• _Listed entries_

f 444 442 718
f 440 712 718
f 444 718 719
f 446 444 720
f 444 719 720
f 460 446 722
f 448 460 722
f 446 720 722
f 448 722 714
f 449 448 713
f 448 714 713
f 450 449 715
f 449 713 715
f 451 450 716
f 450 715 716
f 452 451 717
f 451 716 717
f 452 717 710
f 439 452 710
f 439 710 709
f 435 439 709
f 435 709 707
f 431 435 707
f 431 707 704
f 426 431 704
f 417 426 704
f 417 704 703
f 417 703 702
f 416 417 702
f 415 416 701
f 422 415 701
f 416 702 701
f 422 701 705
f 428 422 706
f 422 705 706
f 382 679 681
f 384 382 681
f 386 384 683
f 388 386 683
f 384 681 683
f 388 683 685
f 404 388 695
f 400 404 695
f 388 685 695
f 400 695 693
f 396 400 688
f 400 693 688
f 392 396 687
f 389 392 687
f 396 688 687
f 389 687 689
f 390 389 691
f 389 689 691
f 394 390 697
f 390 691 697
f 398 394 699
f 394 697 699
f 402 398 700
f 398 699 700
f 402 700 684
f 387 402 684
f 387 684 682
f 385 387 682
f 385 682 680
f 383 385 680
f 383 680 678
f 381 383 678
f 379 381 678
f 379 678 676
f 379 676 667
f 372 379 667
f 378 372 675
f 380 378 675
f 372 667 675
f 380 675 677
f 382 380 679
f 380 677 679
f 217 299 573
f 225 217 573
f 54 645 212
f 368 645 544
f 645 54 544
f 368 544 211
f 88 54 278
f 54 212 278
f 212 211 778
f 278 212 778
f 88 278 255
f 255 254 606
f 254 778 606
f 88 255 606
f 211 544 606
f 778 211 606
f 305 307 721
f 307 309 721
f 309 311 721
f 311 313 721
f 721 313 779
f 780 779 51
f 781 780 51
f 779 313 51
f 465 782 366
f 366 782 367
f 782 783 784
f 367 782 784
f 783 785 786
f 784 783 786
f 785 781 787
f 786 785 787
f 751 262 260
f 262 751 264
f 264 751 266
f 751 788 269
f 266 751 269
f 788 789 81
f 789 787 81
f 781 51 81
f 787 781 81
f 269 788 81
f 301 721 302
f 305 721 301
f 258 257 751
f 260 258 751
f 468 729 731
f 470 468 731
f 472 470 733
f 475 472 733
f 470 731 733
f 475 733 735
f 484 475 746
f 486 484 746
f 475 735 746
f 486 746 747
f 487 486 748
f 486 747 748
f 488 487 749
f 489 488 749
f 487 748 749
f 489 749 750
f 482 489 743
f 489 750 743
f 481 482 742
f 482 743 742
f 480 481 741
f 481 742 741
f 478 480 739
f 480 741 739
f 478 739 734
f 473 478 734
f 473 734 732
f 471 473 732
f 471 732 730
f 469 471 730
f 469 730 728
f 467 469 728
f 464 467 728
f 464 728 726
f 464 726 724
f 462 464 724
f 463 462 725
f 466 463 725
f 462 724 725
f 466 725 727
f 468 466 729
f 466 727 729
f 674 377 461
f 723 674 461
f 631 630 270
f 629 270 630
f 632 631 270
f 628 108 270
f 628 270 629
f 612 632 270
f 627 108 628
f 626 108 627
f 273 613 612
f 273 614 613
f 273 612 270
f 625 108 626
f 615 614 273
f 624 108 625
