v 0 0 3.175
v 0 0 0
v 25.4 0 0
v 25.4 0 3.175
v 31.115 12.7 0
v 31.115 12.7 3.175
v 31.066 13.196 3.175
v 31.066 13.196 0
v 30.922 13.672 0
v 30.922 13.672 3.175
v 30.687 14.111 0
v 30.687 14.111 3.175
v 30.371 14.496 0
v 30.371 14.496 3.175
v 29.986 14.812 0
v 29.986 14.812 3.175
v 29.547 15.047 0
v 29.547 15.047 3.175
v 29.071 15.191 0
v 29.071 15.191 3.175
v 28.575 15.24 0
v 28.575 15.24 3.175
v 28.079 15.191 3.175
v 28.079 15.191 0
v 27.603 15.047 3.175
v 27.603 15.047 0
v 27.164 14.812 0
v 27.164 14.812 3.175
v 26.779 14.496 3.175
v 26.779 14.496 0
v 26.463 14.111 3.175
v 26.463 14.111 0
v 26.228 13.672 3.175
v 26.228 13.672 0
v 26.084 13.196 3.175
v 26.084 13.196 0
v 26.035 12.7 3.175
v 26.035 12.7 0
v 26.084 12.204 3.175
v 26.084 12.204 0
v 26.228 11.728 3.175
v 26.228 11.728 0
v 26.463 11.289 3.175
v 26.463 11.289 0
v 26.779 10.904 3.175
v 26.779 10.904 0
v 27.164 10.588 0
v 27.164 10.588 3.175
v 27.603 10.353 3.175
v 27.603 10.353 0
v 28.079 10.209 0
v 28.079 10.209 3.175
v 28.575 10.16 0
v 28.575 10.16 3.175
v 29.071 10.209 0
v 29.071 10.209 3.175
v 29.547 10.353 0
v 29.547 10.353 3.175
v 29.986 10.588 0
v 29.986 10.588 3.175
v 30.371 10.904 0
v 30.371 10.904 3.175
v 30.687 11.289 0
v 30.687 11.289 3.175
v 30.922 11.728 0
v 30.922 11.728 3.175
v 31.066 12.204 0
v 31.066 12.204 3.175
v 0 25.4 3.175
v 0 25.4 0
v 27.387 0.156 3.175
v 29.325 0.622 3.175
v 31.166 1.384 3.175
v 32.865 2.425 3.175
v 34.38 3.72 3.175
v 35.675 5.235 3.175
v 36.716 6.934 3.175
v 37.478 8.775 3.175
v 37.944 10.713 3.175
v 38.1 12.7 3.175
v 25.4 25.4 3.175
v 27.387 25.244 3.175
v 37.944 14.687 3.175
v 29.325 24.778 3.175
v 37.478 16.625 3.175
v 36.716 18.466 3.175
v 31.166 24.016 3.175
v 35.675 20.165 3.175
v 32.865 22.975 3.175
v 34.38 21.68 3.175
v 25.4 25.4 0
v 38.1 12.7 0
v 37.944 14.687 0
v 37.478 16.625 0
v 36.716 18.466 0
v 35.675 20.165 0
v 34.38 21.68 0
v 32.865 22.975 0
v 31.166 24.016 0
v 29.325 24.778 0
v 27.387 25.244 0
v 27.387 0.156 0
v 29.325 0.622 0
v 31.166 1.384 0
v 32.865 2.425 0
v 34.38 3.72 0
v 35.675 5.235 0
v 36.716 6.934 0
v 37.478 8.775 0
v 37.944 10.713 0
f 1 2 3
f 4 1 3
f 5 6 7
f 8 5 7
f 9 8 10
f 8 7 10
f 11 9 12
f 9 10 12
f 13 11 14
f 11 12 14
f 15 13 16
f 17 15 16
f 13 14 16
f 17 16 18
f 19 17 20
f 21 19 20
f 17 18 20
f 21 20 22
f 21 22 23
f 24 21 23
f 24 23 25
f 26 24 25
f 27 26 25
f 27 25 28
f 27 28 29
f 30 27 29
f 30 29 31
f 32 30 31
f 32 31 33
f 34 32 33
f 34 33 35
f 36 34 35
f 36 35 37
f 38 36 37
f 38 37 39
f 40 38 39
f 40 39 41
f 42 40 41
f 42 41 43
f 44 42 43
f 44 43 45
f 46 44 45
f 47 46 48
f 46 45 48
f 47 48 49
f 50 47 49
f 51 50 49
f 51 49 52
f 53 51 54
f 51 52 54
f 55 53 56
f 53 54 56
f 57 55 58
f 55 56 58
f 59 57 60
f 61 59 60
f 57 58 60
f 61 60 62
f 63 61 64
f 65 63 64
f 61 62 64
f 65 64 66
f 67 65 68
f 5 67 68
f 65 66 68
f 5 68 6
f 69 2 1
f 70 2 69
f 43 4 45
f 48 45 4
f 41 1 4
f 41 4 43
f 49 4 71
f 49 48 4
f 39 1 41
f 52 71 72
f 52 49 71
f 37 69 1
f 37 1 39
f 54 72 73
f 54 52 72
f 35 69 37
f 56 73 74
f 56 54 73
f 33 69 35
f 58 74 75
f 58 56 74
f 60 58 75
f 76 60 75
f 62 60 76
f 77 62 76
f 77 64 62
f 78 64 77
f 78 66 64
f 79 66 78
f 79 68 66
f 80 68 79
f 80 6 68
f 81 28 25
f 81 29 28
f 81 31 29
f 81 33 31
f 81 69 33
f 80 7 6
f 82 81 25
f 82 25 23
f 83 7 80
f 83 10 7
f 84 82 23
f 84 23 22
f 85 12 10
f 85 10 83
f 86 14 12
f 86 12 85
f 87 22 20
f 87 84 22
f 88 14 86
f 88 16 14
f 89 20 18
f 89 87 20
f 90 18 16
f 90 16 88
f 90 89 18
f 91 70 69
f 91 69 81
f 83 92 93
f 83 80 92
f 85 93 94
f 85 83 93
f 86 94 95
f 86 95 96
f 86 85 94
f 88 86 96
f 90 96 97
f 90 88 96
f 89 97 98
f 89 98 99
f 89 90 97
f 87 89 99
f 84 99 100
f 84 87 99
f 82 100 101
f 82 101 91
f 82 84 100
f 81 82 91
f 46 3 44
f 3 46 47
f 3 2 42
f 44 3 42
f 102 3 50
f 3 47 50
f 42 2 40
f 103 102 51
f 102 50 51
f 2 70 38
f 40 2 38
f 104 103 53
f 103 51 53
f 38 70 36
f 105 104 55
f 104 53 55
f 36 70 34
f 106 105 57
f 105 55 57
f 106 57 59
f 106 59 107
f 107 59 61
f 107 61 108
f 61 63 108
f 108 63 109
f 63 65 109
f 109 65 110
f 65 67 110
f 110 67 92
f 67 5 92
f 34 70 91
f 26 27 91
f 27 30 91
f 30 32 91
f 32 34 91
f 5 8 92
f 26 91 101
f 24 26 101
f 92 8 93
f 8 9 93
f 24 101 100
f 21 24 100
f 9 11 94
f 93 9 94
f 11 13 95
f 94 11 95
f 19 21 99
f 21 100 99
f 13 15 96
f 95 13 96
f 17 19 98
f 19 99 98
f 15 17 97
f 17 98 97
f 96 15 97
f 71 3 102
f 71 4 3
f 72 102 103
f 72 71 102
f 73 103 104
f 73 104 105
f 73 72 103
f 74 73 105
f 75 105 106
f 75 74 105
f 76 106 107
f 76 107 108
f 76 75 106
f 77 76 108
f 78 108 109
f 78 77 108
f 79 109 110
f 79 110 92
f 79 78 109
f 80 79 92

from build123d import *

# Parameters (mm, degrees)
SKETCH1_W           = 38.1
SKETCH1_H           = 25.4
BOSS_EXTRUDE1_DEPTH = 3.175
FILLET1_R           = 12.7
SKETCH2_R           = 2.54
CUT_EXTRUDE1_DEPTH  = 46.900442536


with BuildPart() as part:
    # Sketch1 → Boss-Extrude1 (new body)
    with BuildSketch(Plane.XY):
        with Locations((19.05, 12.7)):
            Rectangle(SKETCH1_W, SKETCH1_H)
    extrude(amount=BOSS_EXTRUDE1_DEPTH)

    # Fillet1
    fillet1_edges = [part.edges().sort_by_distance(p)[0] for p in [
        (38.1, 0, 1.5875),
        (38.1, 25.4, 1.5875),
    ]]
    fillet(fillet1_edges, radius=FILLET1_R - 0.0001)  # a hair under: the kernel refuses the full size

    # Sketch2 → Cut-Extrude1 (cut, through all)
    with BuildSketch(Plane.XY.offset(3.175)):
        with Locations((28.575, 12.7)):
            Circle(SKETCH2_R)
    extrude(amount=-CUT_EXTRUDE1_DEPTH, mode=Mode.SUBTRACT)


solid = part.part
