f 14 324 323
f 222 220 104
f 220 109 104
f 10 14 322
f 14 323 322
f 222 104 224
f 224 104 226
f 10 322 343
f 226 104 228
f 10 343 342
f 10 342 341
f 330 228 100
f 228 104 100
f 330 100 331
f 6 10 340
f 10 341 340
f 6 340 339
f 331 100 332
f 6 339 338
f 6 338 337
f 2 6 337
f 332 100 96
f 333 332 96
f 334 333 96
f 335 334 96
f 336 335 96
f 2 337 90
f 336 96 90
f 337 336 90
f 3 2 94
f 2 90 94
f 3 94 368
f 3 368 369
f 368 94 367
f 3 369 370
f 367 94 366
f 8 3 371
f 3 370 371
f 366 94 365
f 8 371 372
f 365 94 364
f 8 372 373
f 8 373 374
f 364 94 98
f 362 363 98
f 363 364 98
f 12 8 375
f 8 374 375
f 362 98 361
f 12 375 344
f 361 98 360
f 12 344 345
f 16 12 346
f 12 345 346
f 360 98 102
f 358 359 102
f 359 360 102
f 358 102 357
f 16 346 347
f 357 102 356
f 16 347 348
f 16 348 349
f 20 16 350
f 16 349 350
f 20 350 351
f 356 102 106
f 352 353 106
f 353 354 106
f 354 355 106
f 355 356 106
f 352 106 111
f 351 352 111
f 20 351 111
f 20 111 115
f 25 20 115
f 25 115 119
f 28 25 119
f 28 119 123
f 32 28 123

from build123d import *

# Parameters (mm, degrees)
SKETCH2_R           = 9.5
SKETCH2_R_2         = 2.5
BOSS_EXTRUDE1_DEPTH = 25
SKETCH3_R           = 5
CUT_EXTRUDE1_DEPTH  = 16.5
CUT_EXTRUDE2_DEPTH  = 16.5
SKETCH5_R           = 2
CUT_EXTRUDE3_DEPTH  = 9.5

• _Brief_
In the entries above, find the line holding "f 380 378 675" and the line holding "f 625 108 626", then retype exactly those two lines and every line between them, and nothing else.

• _Expected output_
f 380 378 675
f 372 667 675
f 380 675 677
f 382 380 679
f 380 677 679
f 217 299 573
f 225 217 573
f 54 645 212
f 368 645 544
f 645 54 544
f 368 544 211
f 88 54 278
f 54 212 278
f 212 211 778
f 278 212 778
f 88 278 255
f 255 254 606
f 254 778 606
f 88 255 606
f 211 544 606
f 778 211 606
f 305 307 721
f 307 309 721
f 309 311 721
f 311 313 721
f 721 313 779
f 780 779 51
f 781 780 51
f 779 313 51
f 465 782 366
f 366 782 367
f 782 783 784
f 367 782 784
f 783 785 786
f 784 783 786
f 785 781 787
f 786 785 787
f 751 262 260
f 262 751 264
f 264 751 266
f 751 788 269
f 266 751 269
f 788 789 81
f 789 787 81
f 781 51 81
f 787 781 81
f 269 788 81
f 301 721 302
f 305 721 301
f 258 257 751
f 260 258 751
f 468 729 731
f 470 468 731
f 472 470 733
f 475 472 733
f 470 731 733
f 475 733 735
f 484 475 746
f 486 484 746
f 475 735 746
f 486 746 747
f 487 486 748
f 486 747 748
f 488 487 749
f 489 488 749
f 487 748 749
f 489 749 750
f 482 489 743
f 489 750 743
f 481 482 742
f 482 743 742
f 480 481 741
f 481 742 741
f 478 480 739
f 480 741 739
f 478 739 734
f 473 478 734
f 473 734 732
f 471 473 732
f 471 732 730
f 469 471 730
f 469 730 728
f 467 469 728
f 464 467 728
f 464 728 726
f 464 726 724
f 462 464 724
f 463 462 725
f 466 463 725
f 462 724 725
f 466 725 727
f 468 466 729
f 466 727 729
f 674 377 461
f 723 674 461
f 631 630 270
f 629 270 630
f 632 631 270
f 628 108 270
f 628 270 629
f 612 632 270
f 627 108 628
f 626 108 627
f 273 613 612
f 273 614 613
f 273 612 270
f 625 108 626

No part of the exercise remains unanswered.